# Varmints Inc. Deathpunch, Superpup and Dawn Patrol



## Lonehowl (Feb 16, 2010)

Got a couple calls up for sale.

First up is the Deathpunch open reed distress. My standard open reed call. This is a small open reed call machined by me in my shop from Delrin. It has a 5/8" toneboard with a 5/32" square air channel. It also has a 5/8" bore. It can go high pitched cottontail to raspy jack. This call is easy to blow as well.​These are 15 bucks +2 bucks to ship.( I have these 2 posted on another board so I will go with the first response)​







​








​
Next is a couple of my diaphragm howlers. I make these on a competition press designed for turkey calls. These are easy to use with a little practice, and I am keeping the price low on these.​*All of these are 5 bucks each + 2 bucks to ship (any quantity, mixed or matched) *​
The *Superpup *does puppy howls, but will also great pup barks, whines and ki-yis Its a lightweight 2 reed call with a small puppy sound.​







​
Next is the *Dawn Patrol* 2 reed howler. It is a medium pitched call that does great young adult vocals. This call does great ki-yis.​







​








​
I have 3 each of these ready to ship, more if ya want.​I take Paypal, check or mo.​Thanks!​Mark​
A couple quickie sound files I did on my phone today:




http://www.youtube.com/watch?v=avgjGjjhFtI&feature=player_embedded


----------



## prairiewolf (Feb 19, 2012)

I got both of these diaghrams and they are great a buddy tried the dawn patrol and quickly had me order him 5.


----------



## hassell (Feb 9, 2010)

Real nice job on those.


----------



## Lonehowl (Feb 16, 2010)

Thanks guys : )


----------



## Lonehowl (Feb 16, 2010)

I each Superpup and Dawn Patrol sold, thank you!


----------



## Rick Howard (Feb 25, 2012)

I have tried a few diaphragm calls.
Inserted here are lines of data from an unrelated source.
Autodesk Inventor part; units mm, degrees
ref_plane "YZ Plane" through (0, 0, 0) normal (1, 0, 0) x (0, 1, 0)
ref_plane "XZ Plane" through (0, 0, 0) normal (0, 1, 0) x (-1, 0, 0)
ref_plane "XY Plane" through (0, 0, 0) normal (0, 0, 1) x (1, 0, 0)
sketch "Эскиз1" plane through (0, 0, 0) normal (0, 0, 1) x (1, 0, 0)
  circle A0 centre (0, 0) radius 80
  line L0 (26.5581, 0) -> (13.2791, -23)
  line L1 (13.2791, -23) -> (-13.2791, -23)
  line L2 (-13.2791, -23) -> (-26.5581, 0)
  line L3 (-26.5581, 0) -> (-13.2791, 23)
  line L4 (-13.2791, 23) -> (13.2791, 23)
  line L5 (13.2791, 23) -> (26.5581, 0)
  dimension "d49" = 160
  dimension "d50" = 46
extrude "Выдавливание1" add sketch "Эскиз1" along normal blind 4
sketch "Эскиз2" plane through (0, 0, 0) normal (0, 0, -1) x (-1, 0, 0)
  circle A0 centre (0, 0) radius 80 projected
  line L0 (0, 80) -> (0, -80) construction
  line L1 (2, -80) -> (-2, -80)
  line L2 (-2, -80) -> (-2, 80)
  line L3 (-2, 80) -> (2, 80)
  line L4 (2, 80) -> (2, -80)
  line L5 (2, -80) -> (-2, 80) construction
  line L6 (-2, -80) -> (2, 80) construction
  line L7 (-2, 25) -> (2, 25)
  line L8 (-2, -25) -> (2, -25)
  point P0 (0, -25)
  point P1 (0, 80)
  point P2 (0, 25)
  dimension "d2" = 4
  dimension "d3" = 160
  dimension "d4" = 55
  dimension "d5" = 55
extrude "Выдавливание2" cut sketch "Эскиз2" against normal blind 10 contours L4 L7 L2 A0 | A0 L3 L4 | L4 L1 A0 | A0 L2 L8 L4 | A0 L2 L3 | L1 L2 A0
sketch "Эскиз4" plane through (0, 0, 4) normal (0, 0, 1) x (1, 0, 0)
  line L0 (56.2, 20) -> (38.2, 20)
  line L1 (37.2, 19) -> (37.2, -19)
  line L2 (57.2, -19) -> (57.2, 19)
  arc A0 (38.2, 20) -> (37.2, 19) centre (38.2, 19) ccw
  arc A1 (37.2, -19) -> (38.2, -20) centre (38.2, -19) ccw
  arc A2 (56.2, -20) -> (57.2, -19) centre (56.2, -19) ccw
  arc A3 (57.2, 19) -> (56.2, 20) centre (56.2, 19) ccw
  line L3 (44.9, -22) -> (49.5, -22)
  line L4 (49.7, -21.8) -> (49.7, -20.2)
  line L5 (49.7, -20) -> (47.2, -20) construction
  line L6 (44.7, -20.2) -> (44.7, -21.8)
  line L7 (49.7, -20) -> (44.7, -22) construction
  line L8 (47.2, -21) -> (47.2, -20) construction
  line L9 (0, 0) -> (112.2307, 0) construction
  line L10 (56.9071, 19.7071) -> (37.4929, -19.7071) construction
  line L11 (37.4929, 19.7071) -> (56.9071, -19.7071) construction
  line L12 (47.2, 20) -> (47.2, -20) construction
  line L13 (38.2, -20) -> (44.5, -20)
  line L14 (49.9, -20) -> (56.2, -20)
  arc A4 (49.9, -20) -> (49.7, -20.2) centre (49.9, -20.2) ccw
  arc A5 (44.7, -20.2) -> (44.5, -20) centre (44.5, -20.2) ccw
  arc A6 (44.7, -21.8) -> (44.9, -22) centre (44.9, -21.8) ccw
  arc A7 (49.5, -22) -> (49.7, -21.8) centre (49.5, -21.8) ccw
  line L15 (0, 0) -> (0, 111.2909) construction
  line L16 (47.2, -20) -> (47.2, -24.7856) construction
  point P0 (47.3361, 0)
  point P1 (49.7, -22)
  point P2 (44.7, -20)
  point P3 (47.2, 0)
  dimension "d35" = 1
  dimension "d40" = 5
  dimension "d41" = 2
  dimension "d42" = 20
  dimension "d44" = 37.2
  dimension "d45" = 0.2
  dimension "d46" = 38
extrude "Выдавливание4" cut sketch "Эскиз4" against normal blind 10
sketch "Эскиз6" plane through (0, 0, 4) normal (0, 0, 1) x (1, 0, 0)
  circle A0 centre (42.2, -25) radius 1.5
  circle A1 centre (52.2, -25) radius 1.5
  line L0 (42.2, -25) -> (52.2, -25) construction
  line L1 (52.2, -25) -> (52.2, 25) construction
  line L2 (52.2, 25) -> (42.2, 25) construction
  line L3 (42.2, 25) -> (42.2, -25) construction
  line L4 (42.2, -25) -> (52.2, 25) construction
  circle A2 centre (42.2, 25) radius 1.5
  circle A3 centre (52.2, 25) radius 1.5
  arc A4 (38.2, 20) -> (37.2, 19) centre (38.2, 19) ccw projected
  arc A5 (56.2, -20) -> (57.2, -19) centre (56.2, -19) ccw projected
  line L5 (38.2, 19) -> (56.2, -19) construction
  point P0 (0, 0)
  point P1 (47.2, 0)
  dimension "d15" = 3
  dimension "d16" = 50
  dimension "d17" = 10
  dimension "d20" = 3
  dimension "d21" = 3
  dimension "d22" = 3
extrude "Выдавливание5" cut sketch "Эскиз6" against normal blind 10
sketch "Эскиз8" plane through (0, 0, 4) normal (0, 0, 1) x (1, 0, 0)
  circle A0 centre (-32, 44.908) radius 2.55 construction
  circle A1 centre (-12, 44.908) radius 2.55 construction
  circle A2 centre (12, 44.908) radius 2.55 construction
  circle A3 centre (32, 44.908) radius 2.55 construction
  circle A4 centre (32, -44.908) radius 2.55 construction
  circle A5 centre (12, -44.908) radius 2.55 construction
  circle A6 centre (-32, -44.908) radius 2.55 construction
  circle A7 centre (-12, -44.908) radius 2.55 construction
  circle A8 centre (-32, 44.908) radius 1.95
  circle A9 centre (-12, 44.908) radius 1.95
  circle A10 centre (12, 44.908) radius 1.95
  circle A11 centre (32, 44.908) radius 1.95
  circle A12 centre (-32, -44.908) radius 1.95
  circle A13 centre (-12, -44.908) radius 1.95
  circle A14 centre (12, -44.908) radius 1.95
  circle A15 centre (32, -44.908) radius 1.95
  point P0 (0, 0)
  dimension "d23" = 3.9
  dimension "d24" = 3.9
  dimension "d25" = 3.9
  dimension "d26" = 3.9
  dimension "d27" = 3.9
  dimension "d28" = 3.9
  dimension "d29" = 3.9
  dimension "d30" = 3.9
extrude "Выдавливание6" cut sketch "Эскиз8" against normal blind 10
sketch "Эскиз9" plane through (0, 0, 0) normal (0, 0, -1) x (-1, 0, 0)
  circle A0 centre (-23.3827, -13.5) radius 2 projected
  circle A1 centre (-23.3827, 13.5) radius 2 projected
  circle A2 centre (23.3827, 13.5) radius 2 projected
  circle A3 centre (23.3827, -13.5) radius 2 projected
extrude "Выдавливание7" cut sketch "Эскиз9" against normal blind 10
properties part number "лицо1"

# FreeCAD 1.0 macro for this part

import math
import FreeCAD as App
import Part
import Sketcher

V = App.Vector
Q = App.Units.Quantity


def add_polygon(sketch, points):
    """Adds a closed chain of lines whose ends are joined by coincident constraints."""
    first, n = sketch.GeometryCount, len(points)
    for a, b in zip(points, points[1:] + points[:1]):
        sketch.addGeometry(Part.LineSegment(App.Vector(*a, 0), App.Vector(*b, 0)), False)
    for i in range(n):
        sketch.addConstraint(Sketcher.Constraint("Coincident", first + i, 2, first + (i + 1) % n, 1))

doc = App.newDocument("Part")
body = doc.addObject("PartDesign::Body", "Body")

# Sketch on XY plane
sketch1 = doc.addObject("Sketcher::SketchObject", "Sketch")
body.addObject(sketch1)
sketch1.AttachmentSupport = (doc.XY_Plane, [""])
sketch1.MapMode = "FlatFace"
sketch1.addGeometry(Part.Circle(V(0, 0, 0), V(0, 0, 1), 80), False)  # 0
add_polygon(sketch1, [(13, 23), (27, 0), (13, -23), (-13, -23), (-27, 0), (-13, 23)])  # lines 1-6
sketch1.addConstraint([
    Sketcher.Constraint("Horizontal", 3),
    Sketcher.Constraint("Horizontal", 6),
    Sketcher.Constraint("Coincident", 0, 3, -1, 1),
    Sketcher.Constraint("Symmetric", 1, 2, 4, 2, -1, 1),
    Sketcher.Constraint("Symmetric", 2, 2, 5, 2, -1, 1),
    Sketcher.Constraint("PointOnObject", 1, 2, -1),
    Sketcher.Constraint("Parallel", 1, 4),
    Sketcher.Constraint("Vertical", 3, 2, 5, 2),
    Sketcher.Constraint("Diameter", 0, 160.0),
    Sketcher.Constraint("DistanceY", 3, 2, 5, 2, 46.0),
    Sketcher.Constraint("Angle", 1, Q("-60 deg")),
    Sketcher.Constraint("DistanceX", 3, 2, 3, 1, 26.5582),
])
pad1 = doc.addObject("PartDesign::Pad", "Pad")
body.addObject(pad1)
pad1.Profile = sketch1
pad1.Length = 4

# Sketch on XY plane
sketch2 = doc.addObject("Sketcher::SketchObject", "Sketch001")
body.addObject(sketch2)
sketch2.AttachmentSupport = (doc.XY_Plane, [""])
sketch2.MapMode = "FlatFace"
add_polygon(sketch2, [(-2, 25), (-2, 80), (2, 80), (2, 25)])  # lines 0-3
add_polygon(sketch2, [(-2, -80), (-2, -25), (2, -25), (2, -80)])  # lines 4-7
sketch2.addConstraint([
    Sketcher.Constraint("Vertical", 0),
    Sketcher.Constraint("Horizontal", 1),
    Sketcher.Constraint("Vertical", 2),
    Sketcher.Constraint("Horizontal", 3),
    Sketcher.Constraint("Vertical", 4),
    Sketcher.Constraint("Horizontal", 5),
    Sketcher.Constraint("Vertical", 6),
    Sketcher.Constraint("Horizontal", 7),
    Sketcher.Constraint("Symmetric", 2, 2, 4, 2, -1, 1),
    Sketcher.Constraint("Symmetric", 0, 2, 6, 2, -1, 1),
    Sketcher.Constraint("Vertical", 3, 2, 4, 2),
    Sketcher.Constraint("DistanceX", 1, 1, 1, 2, 4.0),
    Sketcher.Constraint("DistanceY", 0, 1, 0, 2, 55.0),
    Sketcher.Constraint("DistanceY", 6, 2, 1, 2, 160.0),
])
pocket1 = doc.addObject("PartDesign::Pocket", "Pocket")
body.addObject(pocket1)
pocket1.Profile = sketch2
pocket1.Length = 10
pocket1.Reversed = True

# Sketch on XY plane
sketch3 = doc.addObject("Sketcher::SketchObject", "Sketch002")
body.addObject(sketch3)
sketch3.AttachmentSupport = (doc.XY_Plane, [""])
sketch3.MapMode = "FlatFace"
sketch3.AttachmentOffset = App.Placement(V(0, 0, 4), App.Rotation())
sketch3.addGeometry([
    Part.ArcOfCircle(Part.Circle(V(56.2, 19, 0), V(0, 0, 1), 1), math.radians(0), math.radians(90)),  # 0
    Part.LineSegment(V(56.2, 20, 0), V(38.2, 20, 0)),  # 1
    Part.ArcOfCircle(Part.Circle(V(38.2, 19, 0), V(0, 0, 1), 1), math.radians(90), math.radians(180)),  # 2
    Part.LineSegment(V(37.2, 19, 0), V(37.2, -19, 0)),  # 3
    Part.ArcOfCircle(Part.Circle(V(38.2, -19, 0), V(0, 0, 1), 1), math.radians(180), math.radians(270)),  # 4
    Part.LineSegment(V(38.2, -20, 0), V(44.5, -20, 0)),  # 5
    Part.ArcOfCircle(Part.Circle(V(44.5, -20.2, 0), V(0, 0, 1), 0.2), math.radians(0), math.radians(90)),  # 6
    Part.LineSegment(V(44.7, -20.2, 0), V(44.7, -21.8, 0)),  # 7
    Part.ArcOfCircle(Part.Circle(V(44.9, -21.8, 0), V(0, 0, 1), 0.2), math.radians(180), math.radians(270)),  # 8
    Part.LineSegment(V(44.9, -22, 0), V(49.5, -22, 0)),  # 9
    Part.ArcOfCircle(Part.Circle(V(49.5, -21.8, 0), V(0, 0, 1), 0.2), math.radians(-90), math.radians(0)),  # 10
    Part.LineSegment(V(49.7, -21.8, 0), V(49.7, -20.2, 0)),  # 11
    Part.ArcOfCircle(Part.Circle(V(49.9, -20.2, 0), V(0, 0, 1), 0.2), math.radians(90), math.radians(180)),  # 12
    Part.LineSegment(V(49.9, -20, 0), V(56.2, -20, 0)),  # 13
    Part.ArcOfCircle(Part.Circle(V(56.2, -19, 0), V(0, 0, 1), 1), math.radians(-90), math.radians(0)),  # 14
    Part.LineSegment(V(57.2, -19, 0), V(57.2, 19, 0)),  # 15
], False)
sketch3.addConstraint([
    Sketcher.Constraint("Tangent", 0, 2, 1, 1),
    Sketcher.Constraint("Tangent", 1, 2, 2, 1),
    Sketcher.Constraint("Tangent", 2, 2, 3, 1),
    Sketcher.Constraint("Tangent", 3, 2, 4, 1),
    Sketcher.Constraint("Tangent", 4, 2, 5, 1),
    Sketcher.Constraint("Tangent", 5, 2, 6, 2),
    Sketcher.Constraint("Tangent", 6, 1, 7, 1),
    Sketcher.Constraint("Tangent", 7, 2, 8, 1),
    Sketcher.Constraint("Tangent", 8, 2, 9, 1),
    Sketcher.Constraint("Tangent", 9, 2, 10, 1),
    Sketcher.Constraint("Tangent", 10, 2, 11, 1),
    Sketcher.Constraint("Tangent", 11, 2, 12, 2),
    Sketcher.Constraint("Tangent", 12, 1, 13, 1),
    Sketcher.Constraint("Tangent", 13, 2, 14, 1),
    Sketcher.Constraint("Tangent", 14, 2, 15, 1),
    Sketcher.Constraint("Tangent", 15, 2, 0, 1),
    Sketcher.Constraint("Horizontal", 1),
    Sketcher.Constraint("Vertical", 3),
    Sketcher.Constraint("Horizontal", 5),
    Sketcher.Constraint("Vertical", 7),
    Sketcher.Constraint("Horizontal", 9),
    Sketcher.Constraint("Vertical", 11),
    Sketcher.Constraint("Horizontal", 13),
    Sketcher.Constraint("Vertical", 15),
    Sketcher.Constraint("Equal", 0, 2),
    Sketcher.Constraint("Equal", 2, 4),
    Sketcher.Constraint("Equal", 6, 8),
    Sketcher.Constraint("Equal", 8, 10),
    Sketcher.Constraint("Equal", 10, 12),
    Sketcher.Constraint("Equal", 4, 14),
    Sketcher.Constraint("Horizontal", 6, 3, 12, 3),
    Sketcher.Constraint("Equal", 5, 13),
    Sketcher.Constraint("Radius", 0, 1.0),
    Sketcher.Constraint("Radius", 6, 0.2),
    Sketcher.Constraint("DistanceY", 3, 2, 3, 1, 38.0),
    Sketcher.Constraint("DistanceY", -1, 1, 0, 2, 20.0),
    Sketcher.Constraint("DistanceX", 6, 3, 10, 3, 5.0),
    Sketcher.Constraint("DistanceY", 8, 2, 5, 2, 2.0),
    Sketcher.Constraint("DistanceX", 2, 2, 15, 2, 20.0),
    Sketcher.Constraint("DistanceX", -1, 1, 2, 2, 37.2),
])
pocket2 = doc.addObject("PartDesign::Pocket", "Pocket001")
body.addObject(pocket2)
pocket2.Profile = sketch3
pocket2.Length = 10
These are by far the best!


----------



## Lonehowl (Feb 16, 2010)

1 Deathpunch left. Ill ship it free if anyone wants it.
Mark


----------



## prairiewolf (Feb 19, 2012)

hey guys these are great sounding calls, you wont be disappointed.


----------



## Lonehowl (Feb 16, 2010)

Thanks Ed, actually, I will also throw in a pup diaphragm call with it. I have decided not to make any diaphragm stuff (except turkey ) due to conflict with another maker.
Mark


----------



## Bigdrowdy1 (Jan 29, 2010)

I will take it if still available


----------



## Lonehowl (Feb 16, 2010)

You got it Bigdrowdy, just let me know where to send em.
Mark


----------



## Bigdrowdy1 (Jan 29, 2010)

PM sent Great callI already have 1 I just cant find it(grand kds Ya Know!)


----------



## prairiewolf (Feb 19, 2012)

Hate to hear that Mark. I dont really understand because we all make calls and theres no conflict on here that I know of. We all share opinons and even help each other when we can. But the final decision is yours and I respect that. Well if I need more guess I will call them Turkey Calls. LOL


----------



## Lonehowl (Feb 16, 2010)

Ed, its has nothing to do with this board at all. 
Mark


----------



## prairiewolf (Feb 19, 2012)

Then why not sell them on here ?


----------



## Lonehowl (Feb 16, 2010)

Long story..sent you a pm.


----------



## prairiewolf (Feb 19, 2012)

thanks Mark


----------



## Rick Howard (Feb 25, 2012)

Yeah I want one of those turkey calls that make a rabbit distress. LOL


----------



## Lonehowl (Feb 16, 2010)

Code name : Rubber Ducky.


----------



## Rick Howard (Feb 25, 2012)

LOL


----------